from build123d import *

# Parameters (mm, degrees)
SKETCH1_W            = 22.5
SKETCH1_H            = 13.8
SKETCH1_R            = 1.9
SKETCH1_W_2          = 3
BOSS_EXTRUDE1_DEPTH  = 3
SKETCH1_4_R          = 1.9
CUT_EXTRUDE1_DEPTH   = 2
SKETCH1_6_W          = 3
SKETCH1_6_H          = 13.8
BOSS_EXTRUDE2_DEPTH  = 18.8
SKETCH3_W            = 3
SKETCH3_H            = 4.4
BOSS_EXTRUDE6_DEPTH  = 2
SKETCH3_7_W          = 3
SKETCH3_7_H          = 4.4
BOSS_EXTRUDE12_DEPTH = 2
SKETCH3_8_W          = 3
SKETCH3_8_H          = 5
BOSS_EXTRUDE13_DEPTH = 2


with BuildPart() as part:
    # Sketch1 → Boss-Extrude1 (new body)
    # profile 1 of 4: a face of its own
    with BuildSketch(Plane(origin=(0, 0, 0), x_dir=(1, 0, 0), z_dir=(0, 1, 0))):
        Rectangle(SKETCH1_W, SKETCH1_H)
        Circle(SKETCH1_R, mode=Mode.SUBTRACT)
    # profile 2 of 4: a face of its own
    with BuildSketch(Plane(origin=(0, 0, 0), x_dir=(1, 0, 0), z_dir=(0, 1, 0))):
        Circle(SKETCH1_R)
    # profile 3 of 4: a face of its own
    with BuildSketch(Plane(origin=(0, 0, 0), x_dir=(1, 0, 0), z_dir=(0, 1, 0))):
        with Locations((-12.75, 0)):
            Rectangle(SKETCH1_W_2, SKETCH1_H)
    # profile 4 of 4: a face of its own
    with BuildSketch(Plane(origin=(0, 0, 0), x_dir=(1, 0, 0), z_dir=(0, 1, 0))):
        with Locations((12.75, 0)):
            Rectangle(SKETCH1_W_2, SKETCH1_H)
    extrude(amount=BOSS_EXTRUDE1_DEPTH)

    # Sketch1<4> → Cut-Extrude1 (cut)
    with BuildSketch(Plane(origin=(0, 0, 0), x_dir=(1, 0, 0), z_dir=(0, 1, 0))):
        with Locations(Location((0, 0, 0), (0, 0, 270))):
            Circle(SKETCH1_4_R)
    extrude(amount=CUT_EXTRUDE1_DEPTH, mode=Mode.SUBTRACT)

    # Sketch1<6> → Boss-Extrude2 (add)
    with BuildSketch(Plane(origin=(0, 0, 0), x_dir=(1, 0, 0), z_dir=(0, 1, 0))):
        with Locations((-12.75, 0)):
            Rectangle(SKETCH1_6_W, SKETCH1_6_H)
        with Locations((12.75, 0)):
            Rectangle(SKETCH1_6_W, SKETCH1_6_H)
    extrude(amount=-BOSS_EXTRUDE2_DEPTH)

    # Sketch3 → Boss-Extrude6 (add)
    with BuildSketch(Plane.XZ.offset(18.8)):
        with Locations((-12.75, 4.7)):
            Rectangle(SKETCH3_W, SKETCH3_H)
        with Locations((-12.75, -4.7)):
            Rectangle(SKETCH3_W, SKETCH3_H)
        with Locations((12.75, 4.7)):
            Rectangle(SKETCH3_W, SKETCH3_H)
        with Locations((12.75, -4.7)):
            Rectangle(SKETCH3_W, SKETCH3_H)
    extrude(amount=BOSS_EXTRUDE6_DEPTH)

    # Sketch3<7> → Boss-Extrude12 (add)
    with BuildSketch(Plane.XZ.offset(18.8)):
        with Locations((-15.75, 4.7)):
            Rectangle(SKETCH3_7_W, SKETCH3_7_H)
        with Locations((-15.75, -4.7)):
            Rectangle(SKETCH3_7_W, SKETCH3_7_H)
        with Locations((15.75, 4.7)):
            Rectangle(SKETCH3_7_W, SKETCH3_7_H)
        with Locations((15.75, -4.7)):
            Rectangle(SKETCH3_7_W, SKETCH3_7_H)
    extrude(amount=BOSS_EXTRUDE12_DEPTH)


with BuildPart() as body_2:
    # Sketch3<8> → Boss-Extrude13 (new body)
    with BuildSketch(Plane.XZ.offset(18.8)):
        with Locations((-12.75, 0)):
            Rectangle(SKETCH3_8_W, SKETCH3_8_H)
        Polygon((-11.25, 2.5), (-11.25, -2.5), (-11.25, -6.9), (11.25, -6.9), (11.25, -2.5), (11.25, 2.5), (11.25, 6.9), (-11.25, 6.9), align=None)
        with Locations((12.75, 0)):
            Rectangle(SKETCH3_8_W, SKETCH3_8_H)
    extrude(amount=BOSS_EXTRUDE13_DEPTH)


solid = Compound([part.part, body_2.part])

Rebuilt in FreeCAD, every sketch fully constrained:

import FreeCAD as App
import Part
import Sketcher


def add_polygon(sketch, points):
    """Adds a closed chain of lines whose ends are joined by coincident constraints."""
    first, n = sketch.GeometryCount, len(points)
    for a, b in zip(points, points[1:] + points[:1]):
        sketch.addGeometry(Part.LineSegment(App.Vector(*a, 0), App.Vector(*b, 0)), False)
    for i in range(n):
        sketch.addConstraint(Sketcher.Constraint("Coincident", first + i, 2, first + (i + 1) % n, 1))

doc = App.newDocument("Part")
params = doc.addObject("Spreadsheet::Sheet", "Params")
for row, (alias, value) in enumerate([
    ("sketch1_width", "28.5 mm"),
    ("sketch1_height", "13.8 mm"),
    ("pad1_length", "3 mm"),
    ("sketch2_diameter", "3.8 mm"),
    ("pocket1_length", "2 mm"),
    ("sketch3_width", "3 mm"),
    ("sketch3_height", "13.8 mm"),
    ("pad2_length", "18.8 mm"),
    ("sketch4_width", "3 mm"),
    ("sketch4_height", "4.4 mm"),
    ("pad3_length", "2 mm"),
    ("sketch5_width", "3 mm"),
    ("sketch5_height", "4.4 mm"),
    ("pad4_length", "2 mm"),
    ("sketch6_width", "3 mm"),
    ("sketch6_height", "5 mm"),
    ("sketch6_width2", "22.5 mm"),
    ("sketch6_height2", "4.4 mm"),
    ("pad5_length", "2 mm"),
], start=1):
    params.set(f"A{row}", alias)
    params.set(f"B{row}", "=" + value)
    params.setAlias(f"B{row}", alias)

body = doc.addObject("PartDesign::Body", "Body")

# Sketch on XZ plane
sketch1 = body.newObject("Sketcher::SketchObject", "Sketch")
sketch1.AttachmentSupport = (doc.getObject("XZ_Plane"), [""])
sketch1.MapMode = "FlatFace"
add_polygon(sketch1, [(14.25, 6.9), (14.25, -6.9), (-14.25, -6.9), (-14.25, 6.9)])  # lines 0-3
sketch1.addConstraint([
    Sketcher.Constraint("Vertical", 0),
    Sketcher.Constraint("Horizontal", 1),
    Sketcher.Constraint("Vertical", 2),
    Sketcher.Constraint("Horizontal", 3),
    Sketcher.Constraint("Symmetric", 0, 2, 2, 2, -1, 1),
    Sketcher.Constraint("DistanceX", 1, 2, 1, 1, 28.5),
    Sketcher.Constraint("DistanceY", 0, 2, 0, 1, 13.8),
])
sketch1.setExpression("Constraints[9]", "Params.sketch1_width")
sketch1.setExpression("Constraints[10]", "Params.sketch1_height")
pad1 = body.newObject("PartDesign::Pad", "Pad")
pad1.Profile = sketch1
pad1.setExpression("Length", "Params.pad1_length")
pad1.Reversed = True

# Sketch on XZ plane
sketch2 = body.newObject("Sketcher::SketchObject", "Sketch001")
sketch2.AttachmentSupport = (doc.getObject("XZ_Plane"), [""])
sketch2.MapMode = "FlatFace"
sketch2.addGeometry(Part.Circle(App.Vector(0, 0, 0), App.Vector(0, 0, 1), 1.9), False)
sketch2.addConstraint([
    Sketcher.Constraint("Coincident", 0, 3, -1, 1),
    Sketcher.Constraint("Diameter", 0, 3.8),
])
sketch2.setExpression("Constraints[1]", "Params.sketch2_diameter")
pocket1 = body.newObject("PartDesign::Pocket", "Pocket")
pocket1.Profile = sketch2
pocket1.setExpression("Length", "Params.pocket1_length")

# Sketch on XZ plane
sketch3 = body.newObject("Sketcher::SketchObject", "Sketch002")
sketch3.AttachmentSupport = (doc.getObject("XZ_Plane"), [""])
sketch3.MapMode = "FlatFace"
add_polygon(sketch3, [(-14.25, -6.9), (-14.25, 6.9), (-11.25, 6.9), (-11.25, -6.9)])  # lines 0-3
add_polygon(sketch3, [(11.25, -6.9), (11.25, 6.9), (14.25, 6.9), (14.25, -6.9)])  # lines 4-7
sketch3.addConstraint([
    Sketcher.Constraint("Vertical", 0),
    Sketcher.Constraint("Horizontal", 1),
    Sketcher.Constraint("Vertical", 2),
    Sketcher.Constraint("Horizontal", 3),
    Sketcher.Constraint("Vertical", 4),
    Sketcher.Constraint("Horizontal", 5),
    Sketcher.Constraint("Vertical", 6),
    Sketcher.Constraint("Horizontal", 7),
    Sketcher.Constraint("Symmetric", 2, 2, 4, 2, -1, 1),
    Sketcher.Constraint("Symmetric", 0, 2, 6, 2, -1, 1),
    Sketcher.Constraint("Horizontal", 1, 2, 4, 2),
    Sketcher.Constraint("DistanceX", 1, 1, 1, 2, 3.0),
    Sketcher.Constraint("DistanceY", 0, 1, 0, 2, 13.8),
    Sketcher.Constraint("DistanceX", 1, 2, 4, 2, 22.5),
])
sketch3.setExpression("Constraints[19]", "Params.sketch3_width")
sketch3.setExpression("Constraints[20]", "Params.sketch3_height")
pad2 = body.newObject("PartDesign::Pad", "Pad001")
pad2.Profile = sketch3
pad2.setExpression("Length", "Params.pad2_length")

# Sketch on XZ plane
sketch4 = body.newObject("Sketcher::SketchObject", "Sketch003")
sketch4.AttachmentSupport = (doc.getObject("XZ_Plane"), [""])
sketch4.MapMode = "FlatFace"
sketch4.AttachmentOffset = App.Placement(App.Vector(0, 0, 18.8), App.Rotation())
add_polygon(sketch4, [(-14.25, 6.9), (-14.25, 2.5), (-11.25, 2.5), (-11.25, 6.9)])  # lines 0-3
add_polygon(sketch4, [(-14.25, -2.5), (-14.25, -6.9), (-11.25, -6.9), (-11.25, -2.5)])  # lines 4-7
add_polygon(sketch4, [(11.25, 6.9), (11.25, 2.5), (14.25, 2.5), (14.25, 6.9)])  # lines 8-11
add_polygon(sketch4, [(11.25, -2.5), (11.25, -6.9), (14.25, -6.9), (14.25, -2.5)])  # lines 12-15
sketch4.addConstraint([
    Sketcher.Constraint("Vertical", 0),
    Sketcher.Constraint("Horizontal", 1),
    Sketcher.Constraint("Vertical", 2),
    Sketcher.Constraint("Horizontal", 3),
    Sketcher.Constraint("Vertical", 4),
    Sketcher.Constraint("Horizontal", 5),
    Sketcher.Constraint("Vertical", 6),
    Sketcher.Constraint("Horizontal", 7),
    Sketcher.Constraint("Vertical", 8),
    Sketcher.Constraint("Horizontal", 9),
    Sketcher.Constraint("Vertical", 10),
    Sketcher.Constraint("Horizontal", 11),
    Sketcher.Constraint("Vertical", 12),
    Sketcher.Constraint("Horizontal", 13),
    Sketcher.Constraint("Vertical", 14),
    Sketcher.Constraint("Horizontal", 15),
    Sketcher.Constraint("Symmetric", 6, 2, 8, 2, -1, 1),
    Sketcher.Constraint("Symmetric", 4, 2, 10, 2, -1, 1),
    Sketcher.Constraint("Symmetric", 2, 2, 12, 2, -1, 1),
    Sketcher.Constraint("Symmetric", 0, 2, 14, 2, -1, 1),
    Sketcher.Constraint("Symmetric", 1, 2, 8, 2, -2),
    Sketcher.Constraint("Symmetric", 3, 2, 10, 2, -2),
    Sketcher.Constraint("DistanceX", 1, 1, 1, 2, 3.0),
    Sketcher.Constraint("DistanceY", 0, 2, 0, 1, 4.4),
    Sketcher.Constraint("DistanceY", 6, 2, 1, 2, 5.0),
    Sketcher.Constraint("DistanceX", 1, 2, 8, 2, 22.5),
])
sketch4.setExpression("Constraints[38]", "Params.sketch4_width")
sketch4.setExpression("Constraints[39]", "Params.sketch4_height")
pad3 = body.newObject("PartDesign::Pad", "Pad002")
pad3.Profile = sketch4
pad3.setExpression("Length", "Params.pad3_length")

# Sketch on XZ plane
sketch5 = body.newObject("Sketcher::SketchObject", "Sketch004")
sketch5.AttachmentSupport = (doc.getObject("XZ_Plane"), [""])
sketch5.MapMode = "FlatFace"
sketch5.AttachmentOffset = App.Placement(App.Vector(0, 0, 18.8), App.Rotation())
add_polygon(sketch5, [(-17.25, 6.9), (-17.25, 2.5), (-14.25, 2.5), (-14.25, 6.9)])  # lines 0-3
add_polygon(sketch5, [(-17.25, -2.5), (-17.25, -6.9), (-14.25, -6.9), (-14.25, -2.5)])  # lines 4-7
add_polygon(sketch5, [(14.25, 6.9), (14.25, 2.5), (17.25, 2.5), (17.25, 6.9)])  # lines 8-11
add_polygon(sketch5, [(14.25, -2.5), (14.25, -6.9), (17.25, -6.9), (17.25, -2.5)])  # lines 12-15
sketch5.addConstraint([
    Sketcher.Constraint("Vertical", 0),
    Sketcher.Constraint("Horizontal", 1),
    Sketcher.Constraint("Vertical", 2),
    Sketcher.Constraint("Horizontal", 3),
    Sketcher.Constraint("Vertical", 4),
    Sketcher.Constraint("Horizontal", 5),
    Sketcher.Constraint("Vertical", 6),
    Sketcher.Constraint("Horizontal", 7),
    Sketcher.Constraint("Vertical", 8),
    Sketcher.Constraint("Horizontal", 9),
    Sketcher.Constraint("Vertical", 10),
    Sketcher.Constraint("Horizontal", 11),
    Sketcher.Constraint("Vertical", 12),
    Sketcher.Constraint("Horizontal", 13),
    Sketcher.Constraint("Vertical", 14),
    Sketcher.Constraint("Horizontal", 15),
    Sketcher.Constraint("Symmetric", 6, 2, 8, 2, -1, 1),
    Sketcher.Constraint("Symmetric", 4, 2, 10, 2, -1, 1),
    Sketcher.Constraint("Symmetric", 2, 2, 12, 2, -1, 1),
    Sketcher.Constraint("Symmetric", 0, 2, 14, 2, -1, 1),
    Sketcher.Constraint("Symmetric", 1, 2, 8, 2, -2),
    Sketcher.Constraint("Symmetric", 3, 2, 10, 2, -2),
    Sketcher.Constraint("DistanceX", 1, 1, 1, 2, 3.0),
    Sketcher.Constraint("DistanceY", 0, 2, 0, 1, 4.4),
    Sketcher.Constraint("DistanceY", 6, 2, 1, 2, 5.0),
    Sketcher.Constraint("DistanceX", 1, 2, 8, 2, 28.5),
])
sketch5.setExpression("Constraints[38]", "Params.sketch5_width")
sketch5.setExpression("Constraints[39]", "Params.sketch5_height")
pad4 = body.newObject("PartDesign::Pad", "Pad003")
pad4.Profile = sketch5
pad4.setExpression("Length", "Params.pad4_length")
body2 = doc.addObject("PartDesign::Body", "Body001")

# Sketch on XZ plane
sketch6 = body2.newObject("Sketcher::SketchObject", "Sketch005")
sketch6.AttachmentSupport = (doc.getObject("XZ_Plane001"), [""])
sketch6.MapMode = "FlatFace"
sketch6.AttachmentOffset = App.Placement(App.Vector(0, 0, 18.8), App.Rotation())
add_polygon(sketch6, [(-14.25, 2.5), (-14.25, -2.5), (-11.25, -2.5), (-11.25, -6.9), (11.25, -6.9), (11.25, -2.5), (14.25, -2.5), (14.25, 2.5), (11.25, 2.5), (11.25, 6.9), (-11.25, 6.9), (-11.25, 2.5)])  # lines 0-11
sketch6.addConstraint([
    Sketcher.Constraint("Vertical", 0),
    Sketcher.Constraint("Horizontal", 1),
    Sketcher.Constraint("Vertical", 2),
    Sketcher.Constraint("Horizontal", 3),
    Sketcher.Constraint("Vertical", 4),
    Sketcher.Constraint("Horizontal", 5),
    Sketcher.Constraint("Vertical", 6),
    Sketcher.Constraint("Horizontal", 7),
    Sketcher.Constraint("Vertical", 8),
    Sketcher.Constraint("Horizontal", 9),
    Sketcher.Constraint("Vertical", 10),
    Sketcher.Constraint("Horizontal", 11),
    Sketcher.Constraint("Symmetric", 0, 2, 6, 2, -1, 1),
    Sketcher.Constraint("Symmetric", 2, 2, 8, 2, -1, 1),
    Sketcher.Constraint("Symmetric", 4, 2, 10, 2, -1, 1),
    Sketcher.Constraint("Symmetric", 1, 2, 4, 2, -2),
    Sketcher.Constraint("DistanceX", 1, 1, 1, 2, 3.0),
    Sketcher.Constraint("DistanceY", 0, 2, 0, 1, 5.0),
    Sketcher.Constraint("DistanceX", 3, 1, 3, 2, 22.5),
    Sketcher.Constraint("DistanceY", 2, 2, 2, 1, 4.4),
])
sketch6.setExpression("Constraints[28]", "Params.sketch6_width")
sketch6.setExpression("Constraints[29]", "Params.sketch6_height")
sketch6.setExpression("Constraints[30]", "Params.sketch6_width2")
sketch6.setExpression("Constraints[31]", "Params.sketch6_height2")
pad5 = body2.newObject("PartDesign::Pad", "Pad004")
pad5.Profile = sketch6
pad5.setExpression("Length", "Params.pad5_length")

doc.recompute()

______

Where in the records does the word "amount" appear? Copy each line that holds it.

• **Completed task**
    extrude(amount=BOSS_EXTRUDE1_DEPTH)
    extrude(amount=CUT_EXTRUDE1_DEPTH, mode=Mode.SUBTRACT)
    extrude(amount=-BOSS_EXTRUDE2_DEPTH)
    extrude(amount=BOSS_EXTRUDE6_DEPTH)
    extrude(amount=BOSS_EXTRUDE12_DEPTH)
    extrude(amount=BOSS_EXTRUDE13_DEPTH)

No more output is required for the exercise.